## Exercise goal
Nothing beyond the line containing "#4=PRODUCT_DEFINITION_FORMATION('','',#3);" should be printed; print each line exactly from the first line of the listing below through it.

★ ★ ★ ★ ★

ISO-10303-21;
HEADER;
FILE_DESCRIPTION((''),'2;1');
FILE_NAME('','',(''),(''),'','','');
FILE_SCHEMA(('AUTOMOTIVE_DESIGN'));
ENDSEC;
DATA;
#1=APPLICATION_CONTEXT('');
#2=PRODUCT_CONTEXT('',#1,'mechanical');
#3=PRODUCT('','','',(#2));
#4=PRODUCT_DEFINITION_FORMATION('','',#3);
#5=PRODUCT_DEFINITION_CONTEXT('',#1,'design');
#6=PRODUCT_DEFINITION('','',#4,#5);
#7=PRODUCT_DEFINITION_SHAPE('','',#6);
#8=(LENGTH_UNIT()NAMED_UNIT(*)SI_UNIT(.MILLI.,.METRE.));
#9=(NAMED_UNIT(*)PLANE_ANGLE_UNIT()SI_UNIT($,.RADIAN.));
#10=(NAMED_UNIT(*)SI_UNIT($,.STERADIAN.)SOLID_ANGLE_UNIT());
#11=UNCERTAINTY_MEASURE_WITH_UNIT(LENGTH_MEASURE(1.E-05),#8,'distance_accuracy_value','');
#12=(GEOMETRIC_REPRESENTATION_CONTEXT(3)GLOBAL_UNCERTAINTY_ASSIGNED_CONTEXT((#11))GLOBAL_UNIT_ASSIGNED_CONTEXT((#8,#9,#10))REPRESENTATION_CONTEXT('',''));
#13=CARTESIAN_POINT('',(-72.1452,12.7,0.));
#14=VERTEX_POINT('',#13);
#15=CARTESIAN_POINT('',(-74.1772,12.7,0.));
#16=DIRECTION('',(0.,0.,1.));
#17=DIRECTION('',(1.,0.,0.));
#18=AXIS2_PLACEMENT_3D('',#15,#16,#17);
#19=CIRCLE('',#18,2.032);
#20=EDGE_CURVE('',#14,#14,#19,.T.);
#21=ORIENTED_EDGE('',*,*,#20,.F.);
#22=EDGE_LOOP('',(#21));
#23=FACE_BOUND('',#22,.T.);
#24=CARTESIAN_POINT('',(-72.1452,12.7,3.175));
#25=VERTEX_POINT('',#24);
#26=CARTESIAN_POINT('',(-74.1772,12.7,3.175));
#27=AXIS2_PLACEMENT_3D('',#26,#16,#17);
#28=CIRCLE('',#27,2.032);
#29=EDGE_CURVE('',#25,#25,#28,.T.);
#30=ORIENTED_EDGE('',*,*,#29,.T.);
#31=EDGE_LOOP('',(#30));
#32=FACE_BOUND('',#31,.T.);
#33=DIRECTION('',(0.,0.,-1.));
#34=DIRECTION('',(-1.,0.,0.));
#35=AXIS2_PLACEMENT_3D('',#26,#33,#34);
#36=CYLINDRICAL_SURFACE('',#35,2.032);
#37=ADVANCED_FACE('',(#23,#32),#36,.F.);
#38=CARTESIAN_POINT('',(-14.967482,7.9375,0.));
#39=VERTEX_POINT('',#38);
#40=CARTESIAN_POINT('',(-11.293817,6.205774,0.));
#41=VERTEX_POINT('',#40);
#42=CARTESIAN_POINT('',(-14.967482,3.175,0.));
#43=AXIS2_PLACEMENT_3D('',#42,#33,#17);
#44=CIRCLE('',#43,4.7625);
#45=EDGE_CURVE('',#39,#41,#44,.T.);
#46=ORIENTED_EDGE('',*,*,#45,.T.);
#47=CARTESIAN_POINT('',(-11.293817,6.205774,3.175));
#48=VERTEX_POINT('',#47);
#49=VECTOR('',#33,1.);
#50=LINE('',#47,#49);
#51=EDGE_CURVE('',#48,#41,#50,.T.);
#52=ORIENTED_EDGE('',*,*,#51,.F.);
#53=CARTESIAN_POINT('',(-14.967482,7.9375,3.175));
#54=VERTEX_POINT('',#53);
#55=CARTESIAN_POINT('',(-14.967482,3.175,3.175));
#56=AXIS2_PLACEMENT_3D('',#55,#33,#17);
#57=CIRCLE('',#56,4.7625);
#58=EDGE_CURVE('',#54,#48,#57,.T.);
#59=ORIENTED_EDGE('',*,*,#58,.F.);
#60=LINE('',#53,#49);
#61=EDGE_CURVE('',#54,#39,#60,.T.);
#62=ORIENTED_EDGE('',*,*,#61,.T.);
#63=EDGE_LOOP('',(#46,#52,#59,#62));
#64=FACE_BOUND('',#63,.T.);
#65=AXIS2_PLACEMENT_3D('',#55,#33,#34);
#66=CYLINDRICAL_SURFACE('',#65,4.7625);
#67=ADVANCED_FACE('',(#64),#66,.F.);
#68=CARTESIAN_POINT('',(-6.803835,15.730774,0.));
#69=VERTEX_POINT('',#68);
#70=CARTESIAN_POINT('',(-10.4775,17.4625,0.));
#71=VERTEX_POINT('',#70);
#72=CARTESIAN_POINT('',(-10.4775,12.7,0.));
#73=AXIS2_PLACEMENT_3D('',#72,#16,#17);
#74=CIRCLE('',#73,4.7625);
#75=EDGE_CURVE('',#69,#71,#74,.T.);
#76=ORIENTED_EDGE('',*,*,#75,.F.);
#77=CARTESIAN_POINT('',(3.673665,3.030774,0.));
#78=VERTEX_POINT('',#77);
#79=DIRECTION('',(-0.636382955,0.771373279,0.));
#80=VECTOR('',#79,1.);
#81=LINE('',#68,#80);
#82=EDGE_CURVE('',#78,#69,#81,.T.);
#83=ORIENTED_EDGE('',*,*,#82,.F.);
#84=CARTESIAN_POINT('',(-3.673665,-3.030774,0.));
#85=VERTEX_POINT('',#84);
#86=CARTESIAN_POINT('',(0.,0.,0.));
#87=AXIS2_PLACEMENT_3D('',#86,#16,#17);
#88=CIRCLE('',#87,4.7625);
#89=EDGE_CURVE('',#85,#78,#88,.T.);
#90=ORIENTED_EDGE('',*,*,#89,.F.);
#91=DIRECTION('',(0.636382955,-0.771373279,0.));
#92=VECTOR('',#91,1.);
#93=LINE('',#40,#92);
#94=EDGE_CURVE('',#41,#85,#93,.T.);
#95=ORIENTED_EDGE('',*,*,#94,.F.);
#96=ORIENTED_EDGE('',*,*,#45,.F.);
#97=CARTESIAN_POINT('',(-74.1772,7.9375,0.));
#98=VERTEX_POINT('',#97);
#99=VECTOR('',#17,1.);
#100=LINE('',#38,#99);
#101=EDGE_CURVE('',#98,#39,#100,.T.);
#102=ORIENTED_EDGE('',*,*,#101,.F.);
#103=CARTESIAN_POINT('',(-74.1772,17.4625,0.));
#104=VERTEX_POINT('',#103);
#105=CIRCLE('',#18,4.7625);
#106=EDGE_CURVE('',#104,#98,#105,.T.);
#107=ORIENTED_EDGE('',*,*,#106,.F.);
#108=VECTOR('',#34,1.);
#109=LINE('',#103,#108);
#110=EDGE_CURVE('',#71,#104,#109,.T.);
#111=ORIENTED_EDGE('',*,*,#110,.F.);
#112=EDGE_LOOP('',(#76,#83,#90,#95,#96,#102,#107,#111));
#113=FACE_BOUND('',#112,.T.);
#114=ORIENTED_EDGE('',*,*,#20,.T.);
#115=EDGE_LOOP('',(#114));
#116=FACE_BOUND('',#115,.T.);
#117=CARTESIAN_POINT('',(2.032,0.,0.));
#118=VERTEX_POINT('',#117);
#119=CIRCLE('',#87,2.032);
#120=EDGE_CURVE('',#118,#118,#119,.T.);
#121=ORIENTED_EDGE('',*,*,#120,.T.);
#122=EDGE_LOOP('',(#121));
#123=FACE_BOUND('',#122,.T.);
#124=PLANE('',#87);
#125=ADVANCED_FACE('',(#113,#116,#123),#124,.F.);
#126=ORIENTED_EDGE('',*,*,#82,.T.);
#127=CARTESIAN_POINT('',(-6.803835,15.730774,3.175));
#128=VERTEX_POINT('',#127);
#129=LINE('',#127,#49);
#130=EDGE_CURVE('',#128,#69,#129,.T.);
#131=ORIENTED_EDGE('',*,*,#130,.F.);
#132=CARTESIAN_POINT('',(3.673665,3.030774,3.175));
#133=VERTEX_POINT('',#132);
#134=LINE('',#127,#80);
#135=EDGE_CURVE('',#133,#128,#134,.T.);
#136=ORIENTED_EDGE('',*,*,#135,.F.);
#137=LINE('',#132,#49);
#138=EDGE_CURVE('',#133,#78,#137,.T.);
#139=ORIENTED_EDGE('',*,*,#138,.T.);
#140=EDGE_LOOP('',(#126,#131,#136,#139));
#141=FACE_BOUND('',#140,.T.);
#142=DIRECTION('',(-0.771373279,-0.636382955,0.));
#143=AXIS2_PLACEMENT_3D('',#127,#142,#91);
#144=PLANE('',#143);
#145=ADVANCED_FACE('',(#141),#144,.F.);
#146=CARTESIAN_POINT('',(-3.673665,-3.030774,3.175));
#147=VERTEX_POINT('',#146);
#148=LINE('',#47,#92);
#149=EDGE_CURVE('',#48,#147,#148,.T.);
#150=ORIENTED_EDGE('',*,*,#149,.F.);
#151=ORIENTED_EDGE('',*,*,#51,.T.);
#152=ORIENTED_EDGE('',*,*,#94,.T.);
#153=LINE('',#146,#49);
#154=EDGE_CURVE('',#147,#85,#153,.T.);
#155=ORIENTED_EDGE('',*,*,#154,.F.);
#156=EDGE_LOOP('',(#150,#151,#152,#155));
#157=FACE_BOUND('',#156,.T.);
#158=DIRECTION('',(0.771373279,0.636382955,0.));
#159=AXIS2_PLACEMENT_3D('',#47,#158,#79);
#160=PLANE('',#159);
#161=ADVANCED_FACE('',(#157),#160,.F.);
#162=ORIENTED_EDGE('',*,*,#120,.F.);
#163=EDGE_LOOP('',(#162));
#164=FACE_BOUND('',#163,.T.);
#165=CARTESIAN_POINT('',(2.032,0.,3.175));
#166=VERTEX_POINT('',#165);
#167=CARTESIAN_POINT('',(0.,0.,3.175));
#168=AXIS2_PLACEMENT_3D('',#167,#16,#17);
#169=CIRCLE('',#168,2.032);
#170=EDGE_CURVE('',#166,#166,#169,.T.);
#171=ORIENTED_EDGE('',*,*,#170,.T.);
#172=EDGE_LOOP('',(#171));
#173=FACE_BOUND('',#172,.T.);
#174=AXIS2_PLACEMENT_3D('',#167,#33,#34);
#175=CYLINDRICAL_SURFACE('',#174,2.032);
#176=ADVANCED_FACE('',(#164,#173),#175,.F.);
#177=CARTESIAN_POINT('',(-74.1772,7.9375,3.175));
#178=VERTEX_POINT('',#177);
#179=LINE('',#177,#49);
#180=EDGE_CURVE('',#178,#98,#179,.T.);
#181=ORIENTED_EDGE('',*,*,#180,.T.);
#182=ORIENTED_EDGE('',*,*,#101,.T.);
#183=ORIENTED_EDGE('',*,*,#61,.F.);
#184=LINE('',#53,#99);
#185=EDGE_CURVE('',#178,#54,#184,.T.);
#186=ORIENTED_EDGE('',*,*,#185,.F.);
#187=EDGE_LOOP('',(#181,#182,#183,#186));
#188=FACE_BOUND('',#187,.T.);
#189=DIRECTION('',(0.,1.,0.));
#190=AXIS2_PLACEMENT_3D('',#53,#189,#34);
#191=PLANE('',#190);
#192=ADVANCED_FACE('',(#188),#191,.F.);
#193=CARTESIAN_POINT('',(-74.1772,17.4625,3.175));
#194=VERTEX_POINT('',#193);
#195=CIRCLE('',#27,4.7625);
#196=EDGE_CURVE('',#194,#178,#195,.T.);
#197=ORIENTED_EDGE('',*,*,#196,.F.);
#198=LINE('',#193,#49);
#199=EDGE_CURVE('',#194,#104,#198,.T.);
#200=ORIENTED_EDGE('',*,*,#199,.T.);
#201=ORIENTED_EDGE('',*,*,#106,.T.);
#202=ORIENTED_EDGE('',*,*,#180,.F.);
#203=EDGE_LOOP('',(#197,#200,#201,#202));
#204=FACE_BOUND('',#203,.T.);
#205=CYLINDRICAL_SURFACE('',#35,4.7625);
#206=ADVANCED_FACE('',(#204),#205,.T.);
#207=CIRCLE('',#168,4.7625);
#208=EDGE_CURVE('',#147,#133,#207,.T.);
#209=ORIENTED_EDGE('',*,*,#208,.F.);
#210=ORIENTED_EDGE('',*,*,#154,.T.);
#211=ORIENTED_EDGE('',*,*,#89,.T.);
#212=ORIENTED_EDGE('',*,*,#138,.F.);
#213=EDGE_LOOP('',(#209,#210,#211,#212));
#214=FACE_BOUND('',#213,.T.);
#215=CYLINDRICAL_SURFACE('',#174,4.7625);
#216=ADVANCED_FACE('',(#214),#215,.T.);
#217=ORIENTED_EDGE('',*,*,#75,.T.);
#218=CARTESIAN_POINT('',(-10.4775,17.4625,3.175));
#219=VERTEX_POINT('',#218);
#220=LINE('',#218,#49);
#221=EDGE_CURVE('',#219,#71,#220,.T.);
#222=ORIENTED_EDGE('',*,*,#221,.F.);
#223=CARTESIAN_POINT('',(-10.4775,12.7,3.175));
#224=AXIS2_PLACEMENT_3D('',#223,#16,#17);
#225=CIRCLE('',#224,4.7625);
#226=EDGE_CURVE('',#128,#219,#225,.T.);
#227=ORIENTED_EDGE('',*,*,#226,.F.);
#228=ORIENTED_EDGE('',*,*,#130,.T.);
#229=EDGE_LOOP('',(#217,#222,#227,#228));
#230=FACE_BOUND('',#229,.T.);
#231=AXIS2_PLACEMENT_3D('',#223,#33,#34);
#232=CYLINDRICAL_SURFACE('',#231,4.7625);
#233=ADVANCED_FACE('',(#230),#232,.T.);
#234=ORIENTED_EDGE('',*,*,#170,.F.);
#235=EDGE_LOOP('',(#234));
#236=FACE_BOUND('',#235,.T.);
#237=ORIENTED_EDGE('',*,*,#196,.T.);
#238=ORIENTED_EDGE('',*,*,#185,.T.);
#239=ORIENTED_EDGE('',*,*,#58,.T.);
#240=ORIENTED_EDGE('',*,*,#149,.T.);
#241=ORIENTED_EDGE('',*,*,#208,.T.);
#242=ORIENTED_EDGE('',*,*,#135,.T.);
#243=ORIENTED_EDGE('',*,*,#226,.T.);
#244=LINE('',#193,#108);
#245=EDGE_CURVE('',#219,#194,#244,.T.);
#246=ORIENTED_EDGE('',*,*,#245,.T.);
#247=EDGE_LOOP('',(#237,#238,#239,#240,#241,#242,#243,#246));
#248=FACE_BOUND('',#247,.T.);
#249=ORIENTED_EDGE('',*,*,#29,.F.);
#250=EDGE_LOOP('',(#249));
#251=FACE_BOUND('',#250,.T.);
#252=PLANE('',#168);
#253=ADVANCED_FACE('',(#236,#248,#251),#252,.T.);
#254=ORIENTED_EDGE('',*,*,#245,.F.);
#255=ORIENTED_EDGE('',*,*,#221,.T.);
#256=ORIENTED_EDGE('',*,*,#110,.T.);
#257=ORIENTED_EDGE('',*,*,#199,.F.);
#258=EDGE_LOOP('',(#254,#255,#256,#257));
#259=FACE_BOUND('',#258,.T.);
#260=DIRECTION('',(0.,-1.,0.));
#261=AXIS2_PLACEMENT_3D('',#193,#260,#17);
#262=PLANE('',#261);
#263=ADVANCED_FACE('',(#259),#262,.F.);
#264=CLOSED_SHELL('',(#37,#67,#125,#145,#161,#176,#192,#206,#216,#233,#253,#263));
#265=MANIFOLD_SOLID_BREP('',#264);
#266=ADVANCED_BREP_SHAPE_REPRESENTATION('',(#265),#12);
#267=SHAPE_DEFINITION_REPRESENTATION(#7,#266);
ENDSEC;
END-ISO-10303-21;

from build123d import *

# Parameters (mm, degrees)
SKETCH1_R           = 2.032
BOSS_EXTRUDE1_DEPTH = 3.175


with BuildPart() as part:
    # Sketch1 → Boss-Extrude1 (new body)
    with BuildSketch(Plane.XY):
        with BuildLine():
            Line((-74.177200143, 17.4625), (-10.4775, 17.4625))
            ThreePointArc((-10.4775, 17.4625), (-8.44681712, 17.007868764), (-6.803834761, 15.730773822))
            Line((-6.803834761, 15.730773822), (3.673665239, 3.030773822))
            ThreePointArc((3.673665239, 3.030773822), (3.030773822, -3.673665239), (-3.673665239, -3.030773822))
            Line((-3.673665239, -3.030773822), (-11.293817046, 6.205773822))
            ThreePointArc((-11.293817046, 6.205773822), (-12.936799404, 7.482868764), (-14.967482285, 7.9375))
            Line((-14.967482285, 7.9375), (-74.177200143, 7.9375))
            ThreePointArc((-74.177200143, 7.9375), (-78.939700143, 12.7), (-74.177200143, 17.4625))
        make_face()
        Circle(SKETCH1_R, mode=Mode.SUBTRACT)
        with Locations((-74.177200143, 12.7)):
            Circle(SKETCH1_R, mode=Mode.SUBTRACT)
    extrude(amount=BOSS_EXTRUDE1_DEPTH)


solid = part.part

★ ★ ★ ★ ★

## Your solution
ISO-10303-21;
HEADER;
FILE_DESCRIPTION((''),'2;1');
FILE_NAME('','',(''),(''),'','','');
FILE_SCHEMA(('AUTOMOTIVE_DESIGN'));
ENDSEC;
DATA;
#1=APPLICATION_CONTEXT('');
#2=PRODUCT_CONTEXT('',#1,'mechanical');
#3=PRODUCT('','','',(#2));
#4=PRODUCT_DEFINITION_FORMATION('','',#3);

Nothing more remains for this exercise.